Program Notes

Leonard Bernstein (1918-1990)
Clarinet Sonata (1941-2)

Notes for: August 7, 2018

Even as an undergraduate at Harvard, Leonard Bernstein had strong ideas about what American music should sound like. In his senior thesis, entitled “The Absorption of Race Elements into American Music,” he envisioned an amalgam of musical traditions. His vision was that popular music, jazz, and the music of black America and Latin America would combine with European classical traditions to form a distinctively American musical sound. Years later, in one of his Young People’s Concerts, he said: “So, it’s like the English language spoken with an American accent. It’s the accent that makes it almost like a whole other language. The accent, the rhythm of speaking, the speed that comes out of the way we live, the way we move in America…. the words look the same on paper; but, boy, do they sound different!”

Soon after he arrived in New York in 1942, Bernstein turned to the theater to put his ideas to work. With Jerome Robbins he wrote the ballet Fancy Free. With Betty Comden and Adolph Green he wrote the musical On the Town, in which he drew on his classical training to tell a popular tale of three sailors on leave in the city. Most stunning of all was West Side Story, with its Latin rhythms, Tin Pan Alley lyrics, and sophisticated 20th-century style. Musical theater wasn’t Bernstein’s only focus, though. Throughout these years he also was composing much-admired symphonies, beginning with his First Symphony, “Jeremiah,” in 1943. That same year, he conducted the New York Philharmonic in a concert that brought him instant international celebrity.

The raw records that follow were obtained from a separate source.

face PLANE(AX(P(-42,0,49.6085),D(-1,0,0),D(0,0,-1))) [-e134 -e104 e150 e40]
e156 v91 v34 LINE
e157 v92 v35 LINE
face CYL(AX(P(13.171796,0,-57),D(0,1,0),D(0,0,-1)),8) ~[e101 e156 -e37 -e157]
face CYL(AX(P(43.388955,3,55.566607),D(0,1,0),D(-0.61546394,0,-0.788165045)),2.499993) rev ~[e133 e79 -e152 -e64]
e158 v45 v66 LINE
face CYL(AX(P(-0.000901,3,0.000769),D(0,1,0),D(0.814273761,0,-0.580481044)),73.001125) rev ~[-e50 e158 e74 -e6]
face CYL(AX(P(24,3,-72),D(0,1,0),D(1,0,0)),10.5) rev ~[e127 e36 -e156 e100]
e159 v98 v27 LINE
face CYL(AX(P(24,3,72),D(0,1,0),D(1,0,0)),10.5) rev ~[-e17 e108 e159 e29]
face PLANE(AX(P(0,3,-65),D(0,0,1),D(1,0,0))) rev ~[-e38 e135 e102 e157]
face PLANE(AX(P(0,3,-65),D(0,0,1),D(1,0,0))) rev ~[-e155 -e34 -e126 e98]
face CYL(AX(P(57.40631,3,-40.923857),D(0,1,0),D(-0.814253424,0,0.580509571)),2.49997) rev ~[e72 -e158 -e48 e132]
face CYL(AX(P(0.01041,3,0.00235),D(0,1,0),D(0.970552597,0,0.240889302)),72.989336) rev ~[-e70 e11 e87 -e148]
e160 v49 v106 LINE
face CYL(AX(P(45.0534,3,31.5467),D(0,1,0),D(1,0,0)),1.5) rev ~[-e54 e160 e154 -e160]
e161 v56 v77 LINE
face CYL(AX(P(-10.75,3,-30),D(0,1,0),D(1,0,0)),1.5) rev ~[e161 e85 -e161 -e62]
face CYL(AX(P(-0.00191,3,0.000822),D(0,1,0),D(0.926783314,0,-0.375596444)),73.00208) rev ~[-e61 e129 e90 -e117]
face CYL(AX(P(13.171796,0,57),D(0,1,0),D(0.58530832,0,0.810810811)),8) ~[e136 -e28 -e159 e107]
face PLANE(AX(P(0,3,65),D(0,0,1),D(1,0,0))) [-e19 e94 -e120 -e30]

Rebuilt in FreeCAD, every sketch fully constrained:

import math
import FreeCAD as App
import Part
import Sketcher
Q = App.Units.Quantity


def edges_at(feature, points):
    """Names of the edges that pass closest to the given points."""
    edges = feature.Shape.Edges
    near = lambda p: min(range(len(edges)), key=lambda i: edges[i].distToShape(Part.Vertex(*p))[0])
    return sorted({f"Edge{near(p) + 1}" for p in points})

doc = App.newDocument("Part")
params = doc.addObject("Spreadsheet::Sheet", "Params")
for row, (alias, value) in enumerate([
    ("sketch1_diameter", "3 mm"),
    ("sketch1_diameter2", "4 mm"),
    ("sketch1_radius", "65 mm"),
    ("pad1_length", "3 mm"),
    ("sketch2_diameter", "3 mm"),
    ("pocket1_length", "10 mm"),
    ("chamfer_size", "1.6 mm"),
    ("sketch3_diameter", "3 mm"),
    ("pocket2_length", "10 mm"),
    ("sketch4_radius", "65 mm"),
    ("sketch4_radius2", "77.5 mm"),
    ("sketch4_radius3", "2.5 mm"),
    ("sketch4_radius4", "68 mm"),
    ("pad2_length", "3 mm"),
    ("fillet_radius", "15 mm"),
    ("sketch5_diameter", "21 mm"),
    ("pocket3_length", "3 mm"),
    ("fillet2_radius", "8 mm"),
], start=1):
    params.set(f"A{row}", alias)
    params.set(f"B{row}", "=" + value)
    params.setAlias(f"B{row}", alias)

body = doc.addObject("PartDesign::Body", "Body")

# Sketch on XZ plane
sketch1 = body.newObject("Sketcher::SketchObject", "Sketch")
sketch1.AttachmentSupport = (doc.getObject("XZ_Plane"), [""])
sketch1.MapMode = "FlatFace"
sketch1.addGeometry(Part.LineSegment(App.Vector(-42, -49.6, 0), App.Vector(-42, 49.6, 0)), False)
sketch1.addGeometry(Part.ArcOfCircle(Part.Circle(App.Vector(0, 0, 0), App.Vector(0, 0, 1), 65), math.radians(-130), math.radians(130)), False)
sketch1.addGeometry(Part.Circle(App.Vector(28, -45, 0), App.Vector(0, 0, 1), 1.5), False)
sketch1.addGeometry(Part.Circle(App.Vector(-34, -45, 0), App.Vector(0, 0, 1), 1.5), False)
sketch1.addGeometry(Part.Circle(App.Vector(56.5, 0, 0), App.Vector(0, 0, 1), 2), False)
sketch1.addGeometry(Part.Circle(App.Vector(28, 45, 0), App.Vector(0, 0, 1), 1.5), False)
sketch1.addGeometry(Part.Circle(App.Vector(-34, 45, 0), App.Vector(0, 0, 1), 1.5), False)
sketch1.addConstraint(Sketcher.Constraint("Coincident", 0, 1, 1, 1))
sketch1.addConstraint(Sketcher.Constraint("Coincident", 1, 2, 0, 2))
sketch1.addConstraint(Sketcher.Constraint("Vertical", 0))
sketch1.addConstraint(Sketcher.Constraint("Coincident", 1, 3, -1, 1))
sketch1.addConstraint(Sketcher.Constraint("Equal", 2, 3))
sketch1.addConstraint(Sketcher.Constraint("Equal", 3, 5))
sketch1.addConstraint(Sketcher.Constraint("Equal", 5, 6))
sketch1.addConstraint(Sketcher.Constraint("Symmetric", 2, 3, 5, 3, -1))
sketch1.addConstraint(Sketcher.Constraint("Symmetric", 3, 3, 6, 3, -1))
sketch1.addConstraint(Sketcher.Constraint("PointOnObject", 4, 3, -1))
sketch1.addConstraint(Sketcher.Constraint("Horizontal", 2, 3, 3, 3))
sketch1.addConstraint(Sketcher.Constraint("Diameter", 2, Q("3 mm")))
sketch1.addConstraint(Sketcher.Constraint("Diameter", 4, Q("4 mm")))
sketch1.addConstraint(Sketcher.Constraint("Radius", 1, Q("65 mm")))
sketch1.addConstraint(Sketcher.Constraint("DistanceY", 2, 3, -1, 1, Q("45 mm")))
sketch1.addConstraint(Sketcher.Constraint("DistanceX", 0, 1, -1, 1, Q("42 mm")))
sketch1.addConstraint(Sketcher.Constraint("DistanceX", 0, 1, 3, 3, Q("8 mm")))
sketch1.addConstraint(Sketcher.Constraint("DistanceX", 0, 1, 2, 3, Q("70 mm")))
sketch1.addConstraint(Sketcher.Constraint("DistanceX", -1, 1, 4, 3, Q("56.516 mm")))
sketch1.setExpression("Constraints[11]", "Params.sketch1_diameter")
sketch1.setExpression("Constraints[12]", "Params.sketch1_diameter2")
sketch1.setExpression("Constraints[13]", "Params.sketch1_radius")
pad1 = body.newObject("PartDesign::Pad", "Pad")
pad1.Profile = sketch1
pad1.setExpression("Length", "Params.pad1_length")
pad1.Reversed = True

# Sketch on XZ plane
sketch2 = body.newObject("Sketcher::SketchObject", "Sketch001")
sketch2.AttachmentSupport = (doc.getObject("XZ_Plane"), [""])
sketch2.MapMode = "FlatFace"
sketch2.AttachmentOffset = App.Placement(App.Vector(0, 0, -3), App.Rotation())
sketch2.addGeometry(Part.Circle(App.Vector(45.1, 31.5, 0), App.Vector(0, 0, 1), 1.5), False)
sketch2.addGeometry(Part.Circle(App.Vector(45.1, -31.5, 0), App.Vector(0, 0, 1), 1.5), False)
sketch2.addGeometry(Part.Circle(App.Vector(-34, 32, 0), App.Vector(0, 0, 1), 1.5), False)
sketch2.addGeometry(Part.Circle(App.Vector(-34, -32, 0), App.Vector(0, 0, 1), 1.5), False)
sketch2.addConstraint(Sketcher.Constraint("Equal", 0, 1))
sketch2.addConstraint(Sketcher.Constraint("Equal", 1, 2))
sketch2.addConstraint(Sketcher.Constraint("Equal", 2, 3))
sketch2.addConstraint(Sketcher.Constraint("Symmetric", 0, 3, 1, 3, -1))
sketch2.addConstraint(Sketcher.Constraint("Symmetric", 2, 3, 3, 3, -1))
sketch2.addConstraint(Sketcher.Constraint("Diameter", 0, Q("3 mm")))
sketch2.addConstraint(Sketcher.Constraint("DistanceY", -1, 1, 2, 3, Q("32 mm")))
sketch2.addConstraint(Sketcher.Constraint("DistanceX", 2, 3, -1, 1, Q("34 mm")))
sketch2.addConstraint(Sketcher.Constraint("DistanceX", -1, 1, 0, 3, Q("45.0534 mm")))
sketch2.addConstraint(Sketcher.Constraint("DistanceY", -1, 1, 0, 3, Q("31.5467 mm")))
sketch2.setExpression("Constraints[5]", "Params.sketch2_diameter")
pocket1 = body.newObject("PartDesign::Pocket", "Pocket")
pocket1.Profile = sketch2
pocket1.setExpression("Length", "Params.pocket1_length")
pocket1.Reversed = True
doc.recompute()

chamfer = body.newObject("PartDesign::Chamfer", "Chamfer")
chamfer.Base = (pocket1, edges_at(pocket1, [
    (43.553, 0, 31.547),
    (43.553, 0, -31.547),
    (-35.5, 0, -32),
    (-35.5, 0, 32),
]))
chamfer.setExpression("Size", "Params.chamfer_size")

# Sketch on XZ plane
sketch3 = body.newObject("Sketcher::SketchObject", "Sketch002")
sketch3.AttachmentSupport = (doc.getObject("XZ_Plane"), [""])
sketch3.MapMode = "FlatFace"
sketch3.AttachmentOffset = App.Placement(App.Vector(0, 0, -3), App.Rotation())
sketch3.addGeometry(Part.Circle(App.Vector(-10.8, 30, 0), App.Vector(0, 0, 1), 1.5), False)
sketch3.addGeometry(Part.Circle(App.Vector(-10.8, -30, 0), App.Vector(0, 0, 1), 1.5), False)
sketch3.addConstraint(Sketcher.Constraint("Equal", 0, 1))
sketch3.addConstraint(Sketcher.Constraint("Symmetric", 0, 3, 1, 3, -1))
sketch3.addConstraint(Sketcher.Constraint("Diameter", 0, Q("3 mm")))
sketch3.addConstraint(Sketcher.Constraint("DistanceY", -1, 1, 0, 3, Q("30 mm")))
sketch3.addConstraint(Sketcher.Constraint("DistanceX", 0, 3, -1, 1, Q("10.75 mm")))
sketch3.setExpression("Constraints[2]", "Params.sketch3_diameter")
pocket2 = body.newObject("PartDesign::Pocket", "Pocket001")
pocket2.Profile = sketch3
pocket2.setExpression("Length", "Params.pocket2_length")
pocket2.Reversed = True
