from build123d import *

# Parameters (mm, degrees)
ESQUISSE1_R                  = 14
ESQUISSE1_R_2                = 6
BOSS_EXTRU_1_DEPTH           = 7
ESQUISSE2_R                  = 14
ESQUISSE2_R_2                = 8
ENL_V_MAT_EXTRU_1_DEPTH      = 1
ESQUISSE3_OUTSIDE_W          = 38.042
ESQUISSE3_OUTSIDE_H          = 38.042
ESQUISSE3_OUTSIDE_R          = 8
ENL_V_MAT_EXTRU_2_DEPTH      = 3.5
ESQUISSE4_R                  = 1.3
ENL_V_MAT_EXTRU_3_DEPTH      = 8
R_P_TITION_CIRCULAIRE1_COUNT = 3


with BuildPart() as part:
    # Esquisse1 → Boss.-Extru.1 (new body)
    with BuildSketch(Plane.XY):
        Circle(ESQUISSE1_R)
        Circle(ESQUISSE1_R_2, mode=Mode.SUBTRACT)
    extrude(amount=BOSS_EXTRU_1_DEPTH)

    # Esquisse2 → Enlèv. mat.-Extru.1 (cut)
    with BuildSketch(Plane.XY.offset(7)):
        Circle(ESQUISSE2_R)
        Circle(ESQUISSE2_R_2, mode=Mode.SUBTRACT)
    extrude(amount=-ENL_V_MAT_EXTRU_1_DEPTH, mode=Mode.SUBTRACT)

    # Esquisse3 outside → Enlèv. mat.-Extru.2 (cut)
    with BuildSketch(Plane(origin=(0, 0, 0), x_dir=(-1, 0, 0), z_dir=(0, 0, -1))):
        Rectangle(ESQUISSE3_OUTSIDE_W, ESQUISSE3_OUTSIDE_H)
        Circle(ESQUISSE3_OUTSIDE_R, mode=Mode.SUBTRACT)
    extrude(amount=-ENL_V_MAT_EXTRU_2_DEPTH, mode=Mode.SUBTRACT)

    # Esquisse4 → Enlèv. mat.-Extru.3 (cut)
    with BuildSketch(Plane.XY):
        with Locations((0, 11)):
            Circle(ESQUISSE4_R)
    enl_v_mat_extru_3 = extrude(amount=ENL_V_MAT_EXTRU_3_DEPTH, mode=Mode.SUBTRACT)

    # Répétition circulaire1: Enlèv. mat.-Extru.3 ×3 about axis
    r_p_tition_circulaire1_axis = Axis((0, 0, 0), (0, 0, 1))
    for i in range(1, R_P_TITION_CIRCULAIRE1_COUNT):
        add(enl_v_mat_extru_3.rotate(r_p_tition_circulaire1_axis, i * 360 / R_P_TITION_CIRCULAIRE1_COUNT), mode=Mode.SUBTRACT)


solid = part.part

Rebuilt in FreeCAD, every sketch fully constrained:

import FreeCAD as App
import Part
import Sketcher

doc = App.newDocument("Part")
params = doc.addObject("Spreadsheet::Sheet", "Params")
for row, (alias, value) in enumerate([
    ("sketch1_diameter", "28 mm"),
    ("sketch1_diameter2", "12 mm"),
    ("pad1_length", "7 mm"),
    ("sketch2_diameter", "28 mm"),
    ("sketch2_diameter2", "16 mm"),
    ("pocket1_length", "1 mm"),
    ("sketch3_diameter", "16 mm"),
    ("pocket2_length", "3.5 mm"),
    ("sketch4_diameter", "2.6 mm"),
    ("pocket3_length", "8 mm"),
], start=1):
    params.set(f"A{row}", alias)
    params.set(f"B{row}", "=" + value)
    params.setAlias(f"B{row}", alias)

body = doc.addObject("PartDesign::Body", "Body")

sketch1 = body.newObject("Sketcher::SketchObject", "Sketch")
sketch1.AttachmentSupport = (doc.getObject("XY_Plane"), [""])
sketch1.MapMode = "FlatFace"
sketch1.addGeometry([
    Part.Circle(App.Vector(0, 0, 0), App.Vector(0, 0, 1), 14),
    Part.Circle(App.Vector(0, 0, 0), App.Vector(0, 0, 1), 6),
], False)
sketch1.addConstraint([
    Sketcher.Constraint("Coincident", 0, 3, -1, 1),
    Sketcher.Constraint("Coincident", 1, 3, -1, 1),
    Sketcher.Constraint("Diameter", 0, 28.0),
    Sketcher.Constraint("Diameter", 1, 12.0),
])
sketch1.setExpression("Constraints[2]", "Params.sketch1_diameter")
sketch1.setExpression("Constraints[3]", "Params.sketch1_diameter2")
pad1 = body.newObject("PartDesign::Pad", "Pad")
pad1.Profile = sketch1
pad1.setExpression("Length", "Params.pad1_length")

sketch2 = body.newObject("Sketcher::SketchObject", "Sketch001")
sketch2.AttachmentSupport = (doc.getObject("XY_Plane"), [""])
sketch2.MapMode = "FlatFace"
sketch2.AttachmentOffset = App.Placement(App.Vector(0, 0, 7), App.Rotation())
sketch2.addGeometry([
    Part.Circle(App.Vector(0, 0, 0), App.Vector(0, 0, 1), 14),
    Part.Circle(App.Vector(0, 0, 0), App.Vector(0, 0, 1), 8),
], False)
sketch2.addConstraint([
    Sketcher.Constraint("Coincident", 0, 3, -1, 1),
    Sketcher.Constraint("Coincident", 1, 3, -1, 1),
    Sketcher.Constraint("Diameter", 0, 28.0),
    Sketcher.Constraint("Diameter", 1, 16.0),
])
sketch2.setExpression("Constraints[2]", "Params.sketch2_diameter")
sketch2.setExpression("Constraints[3]", "Params.sketch2_diameter2")
pocket1 = body.newObject("PartDesign::Pocket", "Pocket")
pocket1.Profile = sketch2
pocket1.setExpression("Length", "Params.pocket1_length")

sketch3 = body.newObject("Sketcher::SketchObject", "Sketch002")
sketch3.AttachmentSupport = (doc.getObject("XY_Plane"), [""])
sketch3.MapMode = "FlatFace"
sketch3.addGeometry([
    Part.LineSegment(App.Vector(19.021, 19.021, 0), App.Vector(19.021, -19.021, 0)),
    Part.LineSegment(App.Vector(19.021, -19.021, 0), App.Vector(-19.021, -19.021, 0)),
    Part.LineSegment(App.Vector(-19.021, -19.021, 0), App.Vector(-19.021, 19.021, 0)),
    Part.LineSegment(App.Vector(-19.021, 19.021, 0), App.Vector(19.021, 19.021, 0)),
    Part.Circle(App.Vector(0, 0, 0), App.Vector(0, 0, 1), 8),
], False)
sketch3.addConstraint([
    Sketcher.Constraint("Coincident", 0, 2, 1, 1),
    Sketcher.Constraint("Coincident", 1, 2, 2, 1),
    Sketcher.Constraint("Coincident", 2, 2, 3, 1),
    Sketcher.Constraint("Coincident", 3, 2, 0, 1),
    Sketcher.Constraint("Vertical", 0),
    Sketcher.Constraint("Horizontal", 1),
    Sketcher.Constraint("Vertical", 2),
    Sketcher.Constraint("Horizontal", 3),
    Sketcher.Constraint("Coincident", 4, 3, -1, 1),
    Sketcher.Constraint("Symmetric", 0, 2, 2, 2, -1, 1),
    Sketcher.Constraint("Equal", 3, 0),
    Sketcher.Constraint("Diameter", 4, 16.0),
    Sketcher.Constraint("DistanceX", 1, 2, 1, 1, 38.042),
])
sketch3.setExpression("Constraints[11]", "Params.sketch3_diameter")
pocket2 = body.newObject("PartDesign::Pocket", "Pocket001")
pocket2.Profile = sketch3
pocket2.setExpression("Length", "Params.pocket2_length")
pocket2.Reversed = True

sketch4 = body.newObject("Sketcher::SketchObject", "Sketch003")
sketch4.AttachmentSupport = (doc.getObject("XY_Plane"), [""])
sketch4.MapMode = "FlatFace"
sketch4.addGeometry(Part.Circle(App.Vector(0, 11, 0), App.Vector(0, 0, 1), 1.3), False)
sketch4.addConstraint([
    Sketcher.Constraint("PointOnObject", 0, 3, -2),
    Sketcher.Constraint("Diameter", 0, 2.6),
    Sketcher.Constraint("DistanceY", -1, 1, 0, 3, 11.0),
])
sketch4.setExpression("Constraints[1]", "Params.sketch4_diameter")
pocket3 = body.newObject("PartDesign::Pocket", "Pocket002")
pocket3.Profile = sketch4
pocket3.setExpression("Length", "Params.pocket3_length")
pocket3.Reversed = True
doc.recompute()

polarpattern = body.newObject("PartDesign::PolarPattern", "PolarPattern")
polarpattern.Originals = [pocket3]
polarpattern.Axis = (doc.getObject("Z_Axis"), [""])
polarpattern.Angle = 360
polarpattern.Occurrences = 3
body.Tip = polarpattern

doc.recompute()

In the Sonata for Clarinet and Piano, Bernstein’s first published work, he shows how adept he already was at straddling the two worlds of popular culture and high art. Bernstein had studied with Paul Hindemith, whom he once described as “a true master in the great German tradition.” The sonata-form first movement shows the influence of Hindemith’s concise, Neo-Classical, contrapuntal style. The opening Grazioso begins with the clarinet meandering slowly and seductively over the piano’s steady, rhythmic, sometimes agitated counterpoint. There is some loosening up in the lively development, and by the end of the movement other strands have started to creep in – a hint of blues here, a touch of syncopation there. Everything changes in the second movement, which opens moodily and dissonantly but soon bursts out in the cheerful rhythms of jazz, with lots of syncopation and playful clarinet riffs. The soulful mood returns but again gives way to shifting, jazzy rhythms. The piano and the clarinet engage in an increasingly exuberant conversation before the clarinet brings the sonata to a close with an exultant soar to the top of its range.